[Stored data entries]
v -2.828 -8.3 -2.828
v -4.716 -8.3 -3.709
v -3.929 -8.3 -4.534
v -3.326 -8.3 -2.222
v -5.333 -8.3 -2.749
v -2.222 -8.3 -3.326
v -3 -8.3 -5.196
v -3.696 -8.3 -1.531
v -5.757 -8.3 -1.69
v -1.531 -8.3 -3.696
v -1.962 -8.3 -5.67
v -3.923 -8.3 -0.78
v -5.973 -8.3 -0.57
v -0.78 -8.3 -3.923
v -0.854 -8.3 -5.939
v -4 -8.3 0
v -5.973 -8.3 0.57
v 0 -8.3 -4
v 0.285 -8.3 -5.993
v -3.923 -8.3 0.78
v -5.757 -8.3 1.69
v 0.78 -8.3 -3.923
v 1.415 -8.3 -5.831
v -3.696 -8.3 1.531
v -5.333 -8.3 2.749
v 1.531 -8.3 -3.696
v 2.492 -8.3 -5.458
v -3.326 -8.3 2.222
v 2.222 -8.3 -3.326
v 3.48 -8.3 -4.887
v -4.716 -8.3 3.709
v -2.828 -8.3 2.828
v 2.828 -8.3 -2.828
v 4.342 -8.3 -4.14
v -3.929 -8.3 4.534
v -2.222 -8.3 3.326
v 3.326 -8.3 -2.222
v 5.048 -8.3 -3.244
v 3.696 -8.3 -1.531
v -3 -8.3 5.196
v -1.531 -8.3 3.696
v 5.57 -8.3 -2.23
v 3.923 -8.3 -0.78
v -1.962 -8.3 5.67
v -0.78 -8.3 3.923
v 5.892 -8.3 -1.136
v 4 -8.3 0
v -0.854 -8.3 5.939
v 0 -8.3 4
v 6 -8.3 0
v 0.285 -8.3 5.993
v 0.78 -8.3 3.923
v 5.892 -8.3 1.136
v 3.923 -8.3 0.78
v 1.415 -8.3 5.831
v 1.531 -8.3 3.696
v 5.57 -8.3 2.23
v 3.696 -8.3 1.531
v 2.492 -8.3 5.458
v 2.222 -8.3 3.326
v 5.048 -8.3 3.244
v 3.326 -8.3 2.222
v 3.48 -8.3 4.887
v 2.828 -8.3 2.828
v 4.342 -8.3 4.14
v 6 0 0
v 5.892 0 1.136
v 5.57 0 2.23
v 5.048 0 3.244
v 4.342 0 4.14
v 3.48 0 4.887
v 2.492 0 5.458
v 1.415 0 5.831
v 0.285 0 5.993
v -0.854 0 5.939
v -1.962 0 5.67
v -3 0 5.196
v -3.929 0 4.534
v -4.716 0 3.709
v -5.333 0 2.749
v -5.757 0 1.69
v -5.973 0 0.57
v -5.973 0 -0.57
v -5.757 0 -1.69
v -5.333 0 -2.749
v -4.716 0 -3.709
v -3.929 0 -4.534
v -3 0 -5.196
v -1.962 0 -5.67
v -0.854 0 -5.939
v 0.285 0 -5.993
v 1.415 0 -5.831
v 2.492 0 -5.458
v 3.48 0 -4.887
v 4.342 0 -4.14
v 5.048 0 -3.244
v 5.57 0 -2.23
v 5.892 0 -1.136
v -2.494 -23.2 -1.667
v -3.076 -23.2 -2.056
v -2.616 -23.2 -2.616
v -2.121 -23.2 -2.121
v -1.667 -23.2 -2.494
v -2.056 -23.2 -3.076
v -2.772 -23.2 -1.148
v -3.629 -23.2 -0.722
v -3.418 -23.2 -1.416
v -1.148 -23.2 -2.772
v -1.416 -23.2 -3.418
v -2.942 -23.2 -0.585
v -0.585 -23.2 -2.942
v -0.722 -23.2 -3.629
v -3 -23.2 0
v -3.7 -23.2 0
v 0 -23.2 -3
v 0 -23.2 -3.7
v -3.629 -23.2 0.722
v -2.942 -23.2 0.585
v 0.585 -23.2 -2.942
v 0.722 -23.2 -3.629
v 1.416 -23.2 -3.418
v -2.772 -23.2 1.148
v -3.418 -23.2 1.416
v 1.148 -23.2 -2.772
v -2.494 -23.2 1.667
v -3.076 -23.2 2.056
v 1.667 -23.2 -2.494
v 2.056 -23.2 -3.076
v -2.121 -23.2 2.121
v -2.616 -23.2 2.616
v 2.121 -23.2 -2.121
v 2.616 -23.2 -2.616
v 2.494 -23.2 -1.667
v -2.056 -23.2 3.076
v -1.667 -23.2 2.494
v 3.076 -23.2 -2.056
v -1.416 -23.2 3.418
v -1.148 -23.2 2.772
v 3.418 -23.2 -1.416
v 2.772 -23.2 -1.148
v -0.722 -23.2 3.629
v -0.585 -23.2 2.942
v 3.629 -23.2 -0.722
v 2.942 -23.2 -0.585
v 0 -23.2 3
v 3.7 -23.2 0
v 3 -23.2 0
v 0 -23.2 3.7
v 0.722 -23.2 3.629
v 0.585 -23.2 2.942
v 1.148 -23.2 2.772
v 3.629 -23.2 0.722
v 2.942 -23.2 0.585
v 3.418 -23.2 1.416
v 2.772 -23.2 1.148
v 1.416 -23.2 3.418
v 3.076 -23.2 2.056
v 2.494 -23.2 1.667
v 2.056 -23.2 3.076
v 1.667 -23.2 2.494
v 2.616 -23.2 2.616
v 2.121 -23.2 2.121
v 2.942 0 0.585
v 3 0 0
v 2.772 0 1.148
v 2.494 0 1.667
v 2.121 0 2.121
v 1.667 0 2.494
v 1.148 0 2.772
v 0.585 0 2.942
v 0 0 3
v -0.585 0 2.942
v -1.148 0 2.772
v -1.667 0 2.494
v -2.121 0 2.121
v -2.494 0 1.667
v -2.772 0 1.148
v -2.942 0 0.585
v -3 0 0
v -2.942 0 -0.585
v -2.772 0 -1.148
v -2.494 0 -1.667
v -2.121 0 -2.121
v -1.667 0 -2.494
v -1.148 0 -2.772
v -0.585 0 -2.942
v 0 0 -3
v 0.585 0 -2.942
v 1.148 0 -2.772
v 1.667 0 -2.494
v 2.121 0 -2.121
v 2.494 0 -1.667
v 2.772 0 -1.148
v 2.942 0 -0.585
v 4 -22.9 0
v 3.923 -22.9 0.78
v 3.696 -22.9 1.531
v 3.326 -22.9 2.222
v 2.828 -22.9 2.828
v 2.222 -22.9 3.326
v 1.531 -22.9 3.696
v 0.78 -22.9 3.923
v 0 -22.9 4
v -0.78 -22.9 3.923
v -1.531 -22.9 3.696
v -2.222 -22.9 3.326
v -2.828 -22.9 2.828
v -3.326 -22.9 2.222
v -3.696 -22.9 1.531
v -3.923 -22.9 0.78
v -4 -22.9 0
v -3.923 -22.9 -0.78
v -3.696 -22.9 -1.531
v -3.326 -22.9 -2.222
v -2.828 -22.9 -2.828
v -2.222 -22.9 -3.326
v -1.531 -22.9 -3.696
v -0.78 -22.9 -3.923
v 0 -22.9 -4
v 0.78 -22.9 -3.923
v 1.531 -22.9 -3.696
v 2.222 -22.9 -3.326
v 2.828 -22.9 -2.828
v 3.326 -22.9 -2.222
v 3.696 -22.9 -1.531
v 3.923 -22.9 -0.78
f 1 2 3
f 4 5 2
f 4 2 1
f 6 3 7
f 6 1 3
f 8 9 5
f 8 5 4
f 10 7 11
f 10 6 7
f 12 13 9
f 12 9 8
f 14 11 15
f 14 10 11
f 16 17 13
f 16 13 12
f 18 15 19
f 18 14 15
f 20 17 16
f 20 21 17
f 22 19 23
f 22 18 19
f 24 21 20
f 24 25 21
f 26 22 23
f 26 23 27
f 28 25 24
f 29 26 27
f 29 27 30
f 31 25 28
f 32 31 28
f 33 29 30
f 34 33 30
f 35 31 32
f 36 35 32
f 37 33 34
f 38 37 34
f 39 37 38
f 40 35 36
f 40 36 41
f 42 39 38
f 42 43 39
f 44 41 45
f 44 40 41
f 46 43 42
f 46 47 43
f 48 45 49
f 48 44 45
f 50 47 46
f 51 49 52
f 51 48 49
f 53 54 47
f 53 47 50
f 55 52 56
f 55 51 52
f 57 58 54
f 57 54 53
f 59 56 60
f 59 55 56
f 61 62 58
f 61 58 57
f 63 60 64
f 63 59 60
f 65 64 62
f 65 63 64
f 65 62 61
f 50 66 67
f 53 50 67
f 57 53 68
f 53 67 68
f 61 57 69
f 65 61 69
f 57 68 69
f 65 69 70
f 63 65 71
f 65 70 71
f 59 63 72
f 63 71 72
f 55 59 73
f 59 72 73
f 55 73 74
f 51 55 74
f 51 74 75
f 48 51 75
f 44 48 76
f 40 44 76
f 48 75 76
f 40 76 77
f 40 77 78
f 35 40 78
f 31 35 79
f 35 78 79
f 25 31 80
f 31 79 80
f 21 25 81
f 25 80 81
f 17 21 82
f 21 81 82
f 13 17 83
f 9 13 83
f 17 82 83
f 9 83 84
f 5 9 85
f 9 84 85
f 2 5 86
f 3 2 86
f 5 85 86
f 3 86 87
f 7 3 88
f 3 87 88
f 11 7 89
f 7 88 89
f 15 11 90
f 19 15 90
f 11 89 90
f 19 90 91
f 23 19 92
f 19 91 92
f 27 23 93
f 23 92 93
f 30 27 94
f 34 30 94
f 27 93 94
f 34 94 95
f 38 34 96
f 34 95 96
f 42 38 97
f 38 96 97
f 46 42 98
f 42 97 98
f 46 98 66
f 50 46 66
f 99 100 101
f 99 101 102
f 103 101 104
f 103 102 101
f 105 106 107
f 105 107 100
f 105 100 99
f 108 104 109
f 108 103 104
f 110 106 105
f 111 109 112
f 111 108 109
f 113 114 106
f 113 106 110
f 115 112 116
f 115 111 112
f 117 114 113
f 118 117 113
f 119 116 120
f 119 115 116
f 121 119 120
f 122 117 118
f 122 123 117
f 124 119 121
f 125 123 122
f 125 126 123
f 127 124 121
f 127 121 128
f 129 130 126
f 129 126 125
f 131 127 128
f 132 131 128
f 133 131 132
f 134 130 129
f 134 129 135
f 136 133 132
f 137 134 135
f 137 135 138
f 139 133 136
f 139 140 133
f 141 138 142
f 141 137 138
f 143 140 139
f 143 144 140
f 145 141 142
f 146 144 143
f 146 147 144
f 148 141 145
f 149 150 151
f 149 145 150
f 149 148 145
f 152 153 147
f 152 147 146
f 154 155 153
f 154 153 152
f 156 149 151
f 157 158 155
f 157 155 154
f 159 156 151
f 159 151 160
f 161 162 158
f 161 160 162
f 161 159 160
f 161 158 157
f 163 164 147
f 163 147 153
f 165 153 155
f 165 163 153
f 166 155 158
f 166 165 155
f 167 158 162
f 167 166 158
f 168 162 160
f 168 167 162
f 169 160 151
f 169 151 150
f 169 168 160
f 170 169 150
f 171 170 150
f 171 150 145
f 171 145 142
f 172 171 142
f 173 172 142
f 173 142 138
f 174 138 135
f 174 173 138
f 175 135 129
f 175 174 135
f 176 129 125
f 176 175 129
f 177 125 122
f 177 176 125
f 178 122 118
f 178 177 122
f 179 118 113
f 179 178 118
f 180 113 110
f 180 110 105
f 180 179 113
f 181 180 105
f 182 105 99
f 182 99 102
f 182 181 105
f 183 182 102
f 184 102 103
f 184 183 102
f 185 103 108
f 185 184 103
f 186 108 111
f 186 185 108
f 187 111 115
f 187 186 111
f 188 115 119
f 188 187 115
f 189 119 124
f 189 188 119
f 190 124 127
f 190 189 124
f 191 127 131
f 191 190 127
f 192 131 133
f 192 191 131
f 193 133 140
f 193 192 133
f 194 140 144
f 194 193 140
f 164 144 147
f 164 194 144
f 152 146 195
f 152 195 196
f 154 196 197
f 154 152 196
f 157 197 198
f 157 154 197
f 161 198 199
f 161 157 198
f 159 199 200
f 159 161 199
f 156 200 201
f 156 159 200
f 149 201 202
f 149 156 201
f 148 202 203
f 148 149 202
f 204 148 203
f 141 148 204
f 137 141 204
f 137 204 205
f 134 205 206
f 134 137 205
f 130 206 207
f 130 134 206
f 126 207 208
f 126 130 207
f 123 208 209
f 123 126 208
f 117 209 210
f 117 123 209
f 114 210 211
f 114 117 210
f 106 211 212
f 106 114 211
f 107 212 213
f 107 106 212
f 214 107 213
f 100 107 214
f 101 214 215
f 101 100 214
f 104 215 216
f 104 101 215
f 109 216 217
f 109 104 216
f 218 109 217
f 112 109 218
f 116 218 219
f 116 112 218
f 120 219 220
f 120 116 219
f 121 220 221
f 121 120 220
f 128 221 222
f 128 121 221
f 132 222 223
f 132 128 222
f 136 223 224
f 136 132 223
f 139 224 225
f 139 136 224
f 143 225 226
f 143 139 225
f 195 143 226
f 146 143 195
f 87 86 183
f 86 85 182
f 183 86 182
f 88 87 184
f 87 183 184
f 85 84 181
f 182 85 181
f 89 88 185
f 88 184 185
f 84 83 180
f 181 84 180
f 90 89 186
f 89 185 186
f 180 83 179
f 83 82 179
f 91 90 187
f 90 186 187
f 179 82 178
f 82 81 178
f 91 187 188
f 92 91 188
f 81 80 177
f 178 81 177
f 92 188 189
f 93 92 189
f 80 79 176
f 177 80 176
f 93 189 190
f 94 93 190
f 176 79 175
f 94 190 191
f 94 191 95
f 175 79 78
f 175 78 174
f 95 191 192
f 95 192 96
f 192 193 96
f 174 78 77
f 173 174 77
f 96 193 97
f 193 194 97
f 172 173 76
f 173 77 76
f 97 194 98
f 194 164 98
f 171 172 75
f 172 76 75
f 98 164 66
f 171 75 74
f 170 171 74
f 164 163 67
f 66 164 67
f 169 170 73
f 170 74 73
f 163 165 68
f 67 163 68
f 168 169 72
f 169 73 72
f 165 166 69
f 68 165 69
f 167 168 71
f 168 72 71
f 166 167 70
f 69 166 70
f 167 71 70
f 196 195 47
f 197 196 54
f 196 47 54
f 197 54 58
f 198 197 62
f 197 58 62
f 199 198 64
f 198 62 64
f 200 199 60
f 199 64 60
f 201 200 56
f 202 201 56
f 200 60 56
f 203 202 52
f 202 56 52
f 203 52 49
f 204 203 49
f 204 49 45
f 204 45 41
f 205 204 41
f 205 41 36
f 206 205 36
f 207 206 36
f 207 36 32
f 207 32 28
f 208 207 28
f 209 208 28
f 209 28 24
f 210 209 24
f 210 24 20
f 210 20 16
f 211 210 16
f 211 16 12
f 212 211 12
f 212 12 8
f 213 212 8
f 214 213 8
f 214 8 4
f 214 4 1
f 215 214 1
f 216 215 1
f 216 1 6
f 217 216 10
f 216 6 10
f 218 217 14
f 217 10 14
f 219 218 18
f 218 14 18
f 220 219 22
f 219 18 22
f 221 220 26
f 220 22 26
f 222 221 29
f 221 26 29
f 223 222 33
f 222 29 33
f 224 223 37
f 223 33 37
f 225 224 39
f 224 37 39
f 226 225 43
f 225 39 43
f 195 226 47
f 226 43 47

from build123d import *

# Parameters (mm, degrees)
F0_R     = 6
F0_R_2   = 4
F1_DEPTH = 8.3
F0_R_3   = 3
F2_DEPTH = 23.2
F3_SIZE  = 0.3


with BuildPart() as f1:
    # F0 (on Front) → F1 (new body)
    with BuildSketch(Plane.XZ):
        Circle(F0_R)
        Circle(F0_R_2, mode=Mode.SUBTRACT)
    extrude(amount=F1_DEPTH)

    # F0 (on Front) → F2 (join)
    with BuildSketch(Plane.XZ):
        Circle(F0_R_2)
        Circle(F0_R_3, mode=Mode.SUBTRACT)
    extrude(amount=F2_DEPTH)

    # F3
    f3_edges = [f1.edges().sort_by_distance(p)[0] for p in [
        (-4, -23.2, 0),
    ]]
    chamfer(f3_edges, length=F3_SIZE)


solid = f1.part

---

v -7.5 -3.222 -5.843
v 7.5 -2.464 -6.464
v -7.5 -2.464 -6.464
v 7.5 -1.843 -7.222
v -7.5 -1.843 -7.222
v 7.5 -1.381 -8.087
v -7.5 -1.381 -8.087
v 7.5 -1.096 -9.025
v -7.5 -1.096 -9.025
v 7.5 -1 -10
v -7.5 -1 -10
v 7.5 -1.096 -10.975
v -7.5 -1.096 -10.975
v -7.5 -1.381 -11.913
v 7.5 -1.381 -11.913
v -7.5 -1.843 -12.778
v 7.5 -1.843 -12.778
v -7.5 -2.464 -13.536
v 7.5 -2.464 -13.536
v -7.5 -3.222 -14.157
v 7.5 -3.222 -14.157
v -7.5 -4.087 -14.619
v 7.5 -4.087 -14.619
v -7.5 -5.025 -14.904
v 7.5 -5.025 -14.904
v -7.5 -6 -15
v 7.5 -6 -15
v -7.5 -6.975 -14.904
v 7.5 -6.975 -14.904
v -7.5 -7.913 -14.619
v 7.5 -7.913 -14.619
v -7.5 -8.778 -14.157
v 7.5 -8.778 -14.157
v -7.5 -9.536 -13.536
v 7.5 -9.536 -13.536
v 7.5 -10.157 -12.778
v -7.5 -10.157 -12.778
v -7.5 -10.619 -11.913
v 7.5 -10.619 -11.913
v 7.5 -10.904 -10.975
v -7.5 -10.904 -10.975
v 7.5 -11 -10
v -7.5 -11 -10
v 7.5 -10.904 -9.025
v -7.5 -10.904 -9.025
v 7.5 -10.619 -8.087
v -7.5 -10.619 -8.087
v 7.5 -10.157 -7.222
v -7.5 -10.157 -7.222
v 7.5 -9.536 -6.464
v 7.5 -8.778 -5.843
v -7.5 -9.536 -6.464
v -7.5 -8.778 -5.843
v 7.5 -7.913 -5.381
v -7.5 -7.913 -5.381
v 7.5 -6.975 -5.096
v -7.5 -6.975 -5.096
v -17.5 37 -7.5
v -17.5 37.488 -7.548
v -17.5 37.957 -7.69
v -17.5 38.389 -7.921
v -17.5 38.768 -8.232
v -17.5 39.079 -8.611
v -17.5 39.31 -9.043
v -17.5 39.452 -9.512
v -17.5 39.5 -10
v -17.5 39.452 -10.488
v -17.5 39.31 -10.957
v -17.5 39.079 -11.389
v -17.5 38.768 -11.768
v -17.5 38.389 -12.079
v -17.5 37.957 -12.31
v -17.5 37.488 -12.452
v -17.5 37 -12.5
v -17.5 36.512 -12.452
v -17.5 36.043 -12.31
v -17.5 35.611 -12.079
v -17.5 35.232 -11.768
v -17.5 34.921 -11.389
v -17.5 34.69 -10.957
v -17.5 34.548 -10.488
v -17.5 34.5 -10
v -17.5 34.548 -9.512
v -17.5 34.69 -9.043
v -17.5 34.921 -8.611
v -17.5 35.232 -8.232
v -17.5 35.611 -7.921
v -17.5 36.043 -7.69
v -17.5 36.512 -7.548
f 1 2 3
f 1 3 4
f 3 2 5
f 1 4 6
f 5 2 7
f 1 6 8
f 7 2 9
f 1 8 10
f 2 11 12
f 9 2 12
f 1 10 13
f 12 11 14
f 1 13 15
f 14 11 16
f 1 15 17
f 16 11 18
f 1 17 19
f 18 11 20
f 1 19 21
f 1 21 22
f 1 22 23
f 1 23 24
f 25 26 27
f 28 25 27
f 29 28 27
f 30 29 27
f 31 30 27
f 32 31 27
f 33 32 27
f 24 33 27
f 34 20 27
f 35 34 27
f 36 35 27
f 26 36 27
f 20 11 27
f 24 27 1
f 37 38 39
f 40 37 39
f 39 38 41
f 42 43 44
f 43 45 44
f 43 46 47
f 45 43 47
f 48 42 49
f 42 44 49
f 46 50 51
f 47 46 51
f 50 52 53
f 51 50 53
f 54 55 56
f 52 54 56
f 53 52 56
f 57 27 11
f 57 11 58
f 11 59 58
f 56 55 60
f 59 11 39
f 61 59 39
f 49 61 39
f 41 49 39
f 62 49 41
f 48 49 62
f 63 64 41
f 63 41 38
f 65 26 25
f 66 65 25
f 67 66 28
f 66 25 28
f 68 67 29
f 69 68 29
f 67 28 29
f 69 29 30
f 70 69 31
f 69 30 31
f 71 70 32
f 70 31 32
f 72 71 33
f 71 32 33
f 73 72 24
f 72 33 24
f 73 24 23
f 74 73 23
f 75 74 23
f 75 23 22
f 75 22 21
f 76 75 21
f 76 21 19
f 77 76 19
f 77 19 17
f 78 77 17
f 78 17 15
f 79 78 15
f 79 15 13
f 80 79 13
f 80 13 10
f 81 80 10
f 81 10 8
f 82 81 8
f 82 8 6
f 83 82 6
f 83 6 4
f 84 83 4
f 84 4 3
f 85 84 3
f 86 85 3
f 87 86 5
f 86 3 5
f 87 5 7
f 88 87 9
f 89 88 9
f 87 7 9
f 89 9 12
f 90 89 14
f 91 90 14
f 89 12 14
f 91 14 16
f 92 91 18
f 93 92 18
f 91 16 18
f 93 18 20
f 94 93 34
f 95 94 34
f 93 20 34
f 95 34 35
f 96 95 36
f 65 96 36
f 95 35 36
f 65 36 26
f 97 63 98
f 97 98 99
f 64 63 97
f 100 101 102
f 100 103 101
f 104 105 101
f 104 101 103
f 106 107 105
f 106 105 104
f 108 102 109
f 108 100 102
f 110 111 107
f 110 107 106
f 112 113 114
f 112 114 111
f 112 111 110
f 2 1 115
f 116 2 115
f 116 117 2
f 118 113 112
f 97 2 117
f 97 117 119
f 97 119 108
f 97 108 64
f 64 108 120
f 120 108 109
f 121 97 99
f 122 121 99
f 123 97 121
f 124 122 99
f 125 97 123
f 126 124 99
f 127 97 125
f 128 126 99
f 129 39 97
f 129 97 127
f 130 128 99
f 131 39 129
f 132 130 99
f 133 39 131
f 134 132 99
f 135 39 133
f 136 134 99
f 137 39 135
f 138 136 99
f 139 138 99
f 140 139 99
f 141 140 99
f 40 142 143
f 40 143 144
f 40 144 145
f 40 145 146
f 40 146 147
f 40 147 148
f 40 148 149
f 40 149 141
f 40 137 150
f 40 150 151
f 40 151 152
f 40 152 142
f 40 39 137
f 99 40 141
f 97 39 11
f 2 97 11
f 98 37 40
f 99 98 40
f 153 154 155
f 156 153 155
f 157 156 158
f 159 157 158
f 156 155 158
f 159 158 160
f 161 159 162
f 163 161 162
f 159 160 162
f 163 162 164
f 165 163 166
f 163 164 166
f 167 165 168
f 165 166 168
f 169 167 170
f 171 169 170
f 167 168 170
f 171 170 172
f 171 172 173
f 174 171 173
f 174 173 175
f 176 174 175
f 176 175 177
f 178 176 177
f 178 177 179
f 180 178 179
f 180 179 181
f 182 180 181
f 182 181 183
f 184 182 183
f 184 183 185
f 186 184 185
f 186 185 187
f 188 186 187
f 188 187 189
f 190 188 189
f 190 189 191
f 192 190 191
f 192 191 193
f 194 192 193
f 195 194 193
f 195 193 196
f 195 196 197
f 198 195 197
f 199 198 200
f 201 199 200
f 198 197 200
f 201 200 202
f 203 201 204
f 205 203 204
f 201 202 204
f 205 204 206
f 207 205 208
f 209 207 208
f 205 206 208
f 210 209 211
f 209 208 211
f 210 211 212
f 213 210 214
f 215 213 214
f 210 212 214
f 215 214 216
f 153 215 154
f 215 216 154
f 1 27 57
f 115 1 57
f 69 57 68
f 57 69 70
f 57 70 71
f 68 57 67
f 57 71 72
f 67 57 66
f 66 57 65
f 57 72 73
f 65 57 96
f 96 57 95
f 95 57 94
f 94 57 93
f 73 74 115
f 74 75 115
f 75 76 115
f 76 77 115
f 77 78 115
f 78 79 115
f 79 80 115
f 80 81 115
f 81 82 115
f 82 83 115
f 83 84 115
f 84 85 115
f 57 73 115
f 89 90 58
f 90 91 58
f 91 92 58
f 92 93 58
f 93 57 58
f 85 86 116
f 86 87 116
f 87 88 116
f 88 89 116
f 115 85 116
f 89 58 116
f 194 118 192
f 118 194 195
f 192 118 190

Your instructions -> Set down only the lines above that fall between the line holding "f 223 33 37" and the line holding "f 226 43 47", inclusive, keeping each exact.

Solution for this task ->
f 223 33 37
f 225 224 39
f 224 37 39
f 226 225 43
f 225 39 43
f 195 226 47
f 226 43 47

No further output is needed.